■ **ENTRIES PROVIDED**:
↓

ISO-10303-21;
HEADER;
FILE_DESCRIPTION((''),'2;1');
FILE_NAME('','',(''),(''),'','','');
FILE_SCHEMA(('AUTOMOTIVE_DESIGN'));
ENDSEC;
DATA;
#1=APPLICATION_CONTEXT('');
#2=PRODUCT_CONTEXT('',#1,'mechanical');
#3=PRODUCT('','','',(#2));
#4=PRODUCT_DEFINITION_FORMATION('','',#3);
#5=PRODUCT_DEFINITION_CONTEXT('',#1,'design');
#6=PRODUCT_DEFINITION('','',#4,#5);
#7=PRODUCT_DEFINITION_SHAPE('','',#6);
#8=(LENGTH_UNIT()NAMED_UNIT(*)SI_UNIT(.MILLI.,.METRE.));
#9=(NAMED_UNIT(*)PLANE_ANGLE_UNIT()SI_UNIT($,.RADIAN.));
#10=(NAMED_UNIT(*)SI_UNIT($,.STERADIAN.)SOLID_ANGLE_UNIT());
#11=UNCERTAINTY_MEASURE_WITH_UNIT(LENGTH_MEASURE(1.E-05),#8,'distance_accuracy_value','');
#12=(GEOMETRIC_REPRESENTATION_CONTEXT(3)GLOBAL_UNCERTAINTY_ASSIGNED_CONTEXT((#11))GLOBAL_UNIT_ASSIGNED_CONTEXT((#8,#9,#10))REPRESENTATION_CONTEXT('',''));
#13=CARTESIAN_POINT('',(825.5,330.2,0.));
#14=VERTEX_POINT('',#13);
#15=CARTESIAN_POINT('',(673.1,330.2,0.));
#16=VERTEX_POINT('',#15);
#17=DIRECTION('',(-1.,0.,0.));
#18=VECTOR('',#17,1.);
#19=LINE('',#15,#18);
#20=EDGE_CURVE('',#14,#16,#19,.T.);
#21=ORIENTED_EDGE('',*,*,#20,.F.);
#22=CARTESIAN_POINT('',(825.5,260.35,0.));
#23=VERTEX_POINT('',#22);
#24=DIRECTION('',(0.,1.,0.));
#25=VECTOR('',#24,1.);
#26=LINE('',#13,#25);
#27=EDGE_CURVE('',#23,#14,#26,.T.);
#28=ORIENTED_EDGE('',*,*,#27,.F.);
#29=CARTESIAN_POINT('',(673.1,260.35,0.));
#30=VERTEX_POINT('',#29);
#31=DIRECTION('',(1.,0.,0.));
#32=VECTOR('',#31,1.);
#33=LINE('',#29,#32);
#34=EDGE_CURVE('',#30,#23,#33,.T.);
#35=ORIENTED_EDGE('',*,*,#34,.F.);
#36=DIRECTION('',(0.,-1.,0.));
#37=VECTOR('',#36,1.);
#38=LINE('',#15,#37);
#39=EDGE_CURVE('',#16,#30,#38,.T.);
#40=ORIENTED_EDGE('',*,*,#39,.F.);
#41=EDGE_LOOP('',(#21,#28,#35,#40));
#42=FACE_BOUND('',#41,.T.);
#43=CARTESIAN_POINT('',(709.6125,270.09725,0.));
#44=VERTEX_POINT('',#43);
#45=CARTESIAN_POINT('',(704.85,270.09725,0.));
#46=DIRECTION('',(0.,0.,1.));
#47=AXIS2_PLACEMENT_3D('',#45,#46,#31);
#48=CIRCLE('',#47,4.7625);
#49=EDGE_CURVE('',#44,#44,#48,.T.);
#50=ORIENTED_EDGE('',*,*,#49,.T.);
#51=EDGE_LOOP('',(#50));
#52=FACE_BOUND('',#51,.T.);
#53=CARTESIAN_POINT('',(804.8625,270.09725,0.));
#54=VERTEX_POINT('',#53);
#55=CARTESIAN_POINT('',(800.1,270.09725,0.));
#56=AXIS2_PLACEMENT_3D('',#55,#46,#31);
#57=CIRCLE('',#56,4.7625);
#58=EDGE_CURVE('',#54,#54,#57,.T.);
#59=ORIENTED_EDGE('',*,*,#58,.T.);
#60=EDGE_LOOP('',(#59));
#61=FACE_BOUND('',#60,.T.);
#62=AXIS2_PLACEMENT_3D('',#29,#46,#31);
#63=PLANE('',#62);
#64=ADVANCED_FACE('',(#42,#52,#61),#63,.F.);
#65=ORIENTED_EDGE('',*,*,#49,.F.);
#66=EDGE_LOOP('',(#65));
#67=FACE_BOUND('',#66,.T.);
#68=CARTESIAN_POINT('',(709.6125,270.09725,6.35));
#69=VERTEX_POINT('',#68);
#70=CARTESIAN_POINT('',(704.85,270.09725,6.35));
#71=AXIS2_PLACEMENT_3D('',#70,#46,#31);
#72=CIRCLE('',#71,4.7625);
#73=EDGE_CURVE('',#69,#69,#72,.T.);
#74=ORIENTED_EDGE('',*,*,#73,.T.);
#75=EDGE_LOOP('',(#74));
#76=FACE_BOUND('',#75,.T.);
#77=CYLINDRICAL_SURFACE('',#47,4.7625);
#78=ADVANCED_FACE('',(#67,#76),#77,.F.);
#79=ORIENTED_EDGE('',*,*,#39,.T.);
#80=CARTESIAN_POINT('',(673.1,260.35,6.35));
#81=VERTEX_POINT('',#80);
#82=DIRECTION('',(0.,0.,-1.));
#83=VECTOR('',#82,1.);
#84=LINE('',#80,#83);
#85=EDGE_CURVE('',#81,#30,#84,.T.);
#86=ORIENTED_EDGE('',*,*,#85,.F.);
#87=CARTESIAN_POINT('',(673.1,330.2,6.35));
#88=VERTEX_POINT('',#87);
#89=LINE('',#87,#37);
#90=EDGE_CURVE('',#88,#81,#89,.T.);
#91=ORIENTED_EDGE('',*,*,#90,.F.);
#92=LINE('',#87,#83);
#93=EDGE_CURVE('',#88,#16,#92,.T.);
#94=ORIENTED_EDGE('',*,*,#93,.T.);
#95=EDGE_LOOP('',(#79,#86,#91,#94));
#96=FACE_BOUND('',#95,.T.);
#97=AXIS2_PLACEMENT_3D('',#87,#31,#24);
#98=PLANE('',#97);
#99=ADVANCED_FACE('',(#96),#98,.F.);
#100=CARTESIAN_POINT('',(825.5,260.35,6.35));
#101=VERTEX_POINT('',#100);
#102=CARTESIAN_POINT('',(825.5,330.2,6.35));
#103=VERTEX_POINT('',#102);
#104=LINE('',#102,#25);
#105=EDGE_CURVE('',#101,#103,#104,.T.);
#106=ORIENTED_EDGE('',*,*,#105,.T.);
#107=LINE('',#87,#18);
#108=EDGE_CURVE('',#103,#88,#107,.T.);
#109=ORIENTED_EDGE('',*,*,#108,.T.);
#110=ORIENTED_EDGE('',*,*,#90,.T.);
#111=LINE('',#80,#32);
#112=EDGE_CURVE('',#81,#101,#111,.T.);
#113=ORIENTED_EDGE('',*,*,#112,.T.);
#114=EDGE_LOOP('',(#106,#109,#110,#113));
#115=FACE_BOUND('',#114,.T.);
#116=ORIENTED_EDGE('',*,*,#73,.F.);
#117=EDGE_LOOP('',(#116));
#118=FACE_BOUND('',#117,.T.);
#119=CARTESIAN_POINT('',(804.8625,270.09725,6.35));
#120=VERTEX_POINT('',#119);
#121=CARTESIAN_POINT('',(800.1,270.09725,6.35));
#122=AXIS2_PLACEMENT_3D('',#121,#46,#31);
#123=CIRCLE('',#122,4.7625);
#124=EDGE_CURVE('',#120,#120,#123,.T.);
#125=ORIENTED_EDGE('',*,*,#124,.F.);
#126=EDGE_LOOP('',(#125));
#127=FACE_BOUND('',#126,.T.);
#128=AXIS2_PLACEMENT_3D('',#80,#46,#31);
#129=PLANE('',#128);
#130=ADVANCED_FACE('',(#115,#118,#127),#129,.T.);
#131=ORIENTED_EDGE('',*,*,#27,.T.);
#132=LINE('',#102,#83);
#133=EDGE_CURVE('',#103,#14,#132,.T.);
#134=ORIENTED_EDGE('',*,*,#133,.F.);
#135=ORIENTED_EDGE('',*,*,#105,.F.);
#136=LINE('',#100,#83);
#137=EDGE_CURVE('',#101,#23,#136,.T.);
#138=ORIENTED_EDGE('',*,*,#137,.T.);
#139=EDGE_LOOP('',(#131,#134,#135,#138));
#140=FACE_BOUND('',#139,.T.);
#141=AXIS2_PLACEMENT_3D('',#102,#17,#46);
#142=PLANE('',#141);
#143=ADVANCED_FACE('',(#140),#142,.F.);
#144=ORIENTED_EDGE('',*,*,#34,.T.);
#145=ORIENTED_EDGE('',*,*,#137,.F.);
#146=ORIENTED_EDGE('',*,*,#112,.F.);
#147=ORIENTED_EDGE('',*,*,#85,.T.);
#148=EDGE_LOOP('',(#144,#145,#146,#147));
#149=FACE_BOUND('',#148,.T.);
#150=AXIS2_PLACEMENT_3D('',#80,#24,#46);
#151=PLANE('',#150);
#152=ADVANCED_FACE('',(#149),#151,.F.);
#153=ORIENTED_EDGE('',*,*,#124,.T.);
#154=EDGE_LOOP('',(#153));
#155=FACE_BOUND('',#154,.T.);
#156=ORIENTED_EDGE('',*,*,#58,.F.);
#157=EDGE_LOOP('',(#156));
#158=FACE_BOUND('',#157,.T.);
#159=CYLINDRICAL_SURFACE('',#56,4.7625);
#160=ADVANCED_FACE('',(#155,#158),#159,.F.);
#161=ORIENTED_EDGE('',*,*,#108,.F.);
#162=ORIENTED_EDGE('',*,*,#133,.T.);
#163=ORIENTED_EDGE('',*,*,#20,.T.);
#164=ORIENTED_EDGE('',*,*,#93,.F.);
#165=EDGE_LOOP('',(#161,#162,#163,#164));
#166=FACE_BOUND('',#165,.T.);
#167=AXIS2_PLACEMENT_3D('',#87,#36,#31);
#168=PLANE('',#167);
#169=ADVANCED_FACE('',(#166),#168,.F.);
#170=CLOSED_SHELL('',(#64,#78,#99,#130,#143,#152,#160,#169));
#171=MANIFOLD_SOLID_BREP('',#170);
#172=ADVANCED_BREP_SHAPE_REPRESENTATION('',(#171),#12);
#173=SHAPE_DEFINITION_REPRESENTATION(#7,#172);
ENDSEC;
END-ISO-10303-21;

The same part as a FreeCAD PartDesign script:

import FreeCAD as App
import Part
import Sketcher
from FreeCAD import Vector
Q = App.Units.Quantity


def add_polygon(sketch, points):
    """Adds a closed chain of lines whose ends are joined by coincident constraints."""
    first, n = sketch.GeometryCount, len(points)
    for a, b in zip(points, points[1:] + points[:1]):
        sketch.addGeometry(Part.LineSegment(App.Vector(*a, 0), App.Vector(*b, 0)), False)
    for i in range(n):
        sketch.addConstraint(Sketcher.Constraint("Coincident", first + i, 2, first + (i + 1) % n, 1))

doc = App.newDocument("Part")
body = doc.addObject("PartDesign::Body", "Body")

sketch1 = body.newObject("Sketcher::SketchObject", "Sketch")
sketch1.AttachmentSupport = (doc.getObject("XY_Plane"), [""])
sketch1.MapMode = "FlatFace"
add_polygon(sketch1, [(673.1, 330.2), (673.1, 260.35), (825.5, 260.35), (825.5, 330.2)])
sketch1.addConstraint([
    Sketcher.Constraint("Vertical", 0),
    Sketcher.Constraint("Horizontal", 1),
    Sketcher.Constraint("Vertical", 2),
    Sketcher.Constraint("Horizontal", 3),
    Sketcher.Constraint("DistanceX", 1, 1, 1, 2, Q("6 in")),
    Sketcher.Constraint("DistanceY", -1, 1, 2, 2, Q("13 in")),
    Sketcher.Constraint("DistanceY", 0, 2, 0, 1, Q("2.75 in")),
    Sketcher.Constraint("DistanceX", -1, 1, 0, 2, Q("26.5 in")),
])
pad1 = body.newObject("PartDesign::Pad", "Pad")
pad1.Profile = sketch1
pad1.Length = Q("0.25 in")

sketch2 = body.newObject("Sketcher::SketchObject", "Sketch001")
sketch2.AttachmentSupport = (doc.getObject("XY_Plane"), [""])
sketch2.MapMode = "FlatFace"
sketch2.AttachmentOffset = App.Placement(Vector(0, 0, 0.25 * 25.4), App.Rotation())
sketch2.addGeometry([
    Part.Circle(Vector(800.1, 270.09725, 0), Vector(0, 0, 1), 4.7625),
    Part.Circle(Vector(704.85, 270.09725, 0), Vector(0, 0, 1), 4.7625),
], False)
sketch2.addConstraint([
    Sketcher.Constraint("Equal", 0, 1),
    Sketcher.Constraint("Horizontal", 0, 3, 1, 3),
    Sketcher.Constraint("Diameter", 0, Q("0.375 in")),
    Sketcher.Constraint("DistanceX", -1, 1, 0, 3, Q("31.5 in")),
    Sketcher.Constraint("DistanceX", -1, 1, 1, 3, Q("27.75 in")),
    Sketcher.Constraint("DistanceY", -1, 1, 0, 3, Q("270.09725 mm")),
])
pocket1 = body.newObject("PartDesign::Pocket", "Pocket")
pocket1.Profile = sketch2
pocket1.Type = "ThroughAll"

doc.recompute()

↑

From the material above, copy exactly the lines between the line holding "#1=APPLICATION_CONTEXT('');" and the line holding "#42=FACE_BOUND('',#41,.T.);", inclusive, and only those.

#1=APPLICATION_CONTEXT('');
#2=PRODUCT_CONTEXT('',#1,'mechanical');
#3=PRODUCT('','','',(#2));
#4=PRODUCT_DEFINITION_FORMATION('','',#3);
#5=PRODUCT_DEFINITION_CONTEXT('',#1,'design');
#6=PRODUCT_DEFINITION('','',#4,#5);
#7=PRODUCT_DEFINITION_SHAPE('','',#6);
#8=(LENGTH_UNIT()NAMED_UNIT(*)SI_UNIT(.MILLI.,.METRE.));
#9=(NAMED_UNIT(*)PLANE_ANGLE_UNIT()SI_UNIT($,.RADIAN.));
#10=(NAMED_UNIT(*)SI_UNIT($,.STERADIAN.)SOLID_ANGLE_UNIT());
#11=UNCERTAINTY_MEASURE_WITH_UNIT(LENGTH_MEASURE(1.E-05),#8,'distance_accuracy_value','');
#12=(GEOMETRIC_REPRESENTATION_CONTEXT(3)GLOBAL_UNCERTAINTY_ASSIGNED_CONTEXT((#11))GLOBAL_UNIT_ASSIGNED_CONTEXT((#8,#9,#10))REPRESENTATION_CONTEXT('',''));
#13=CARTESIAN_POINT('',(825.5,330.2,0.));
#14=VERTEX_POINT('',#13);
#15=CARTESIAN_POINT('',(673.1,330.2,0.));
#16=VERTEX_POINT('',#15);
#17=DIRECTION('',(-1.,0.,0.));
#18=VECTOR('',#17,1.);
#19=LINE('',#15,#18);
#20=EDGE_CURVE('',#14,#16,#19,.T.);
#21=ORIENTED_EDGE('',*,*,#20,.F.);
#22=CARTESIAN_POINT('',(825.5,260.35,0.));
#23=VERTEX_POINT('',#22);
#24=DIRECTION('',(0.,1.,0.));
#25=VECTOR('',#24,1.);
#26=LINE('',#13,#25);
#27=EDGE_CURVE('',#23,#14,#26,.T.);
#28=ORIENTED_EDGE('',*,*,#27,.F.);
#29=CARTESIAN_POINT('',(673.1,260.35,0.));
#30=VERTEX_POINT('',#29);
#31=DIRECTION('',(1.,0.,0.));
#32=VECTOR('',#31,1.);
#33=LINE('',#29,#32);
#34=EDGE_CURVE('',#30,#23,#33,.T.);
#35=ORIENTED_EDGE('',*,*,#34,.F.);
#36=DIRECTION('',(0.,-1.,0.));
#37=VECTOR('',#36,1.);
#38=LINE('',#15,#37);
#39=EDGE_CURVE('',#16,#30,#38,.T.);
#40=ORIENTED_EDGE('',*,*,#39,.F.);
#41=EDGE_LOOP('',(#21,#28,#35,#40));
#42=FACE_BOUND('',#41,.T.);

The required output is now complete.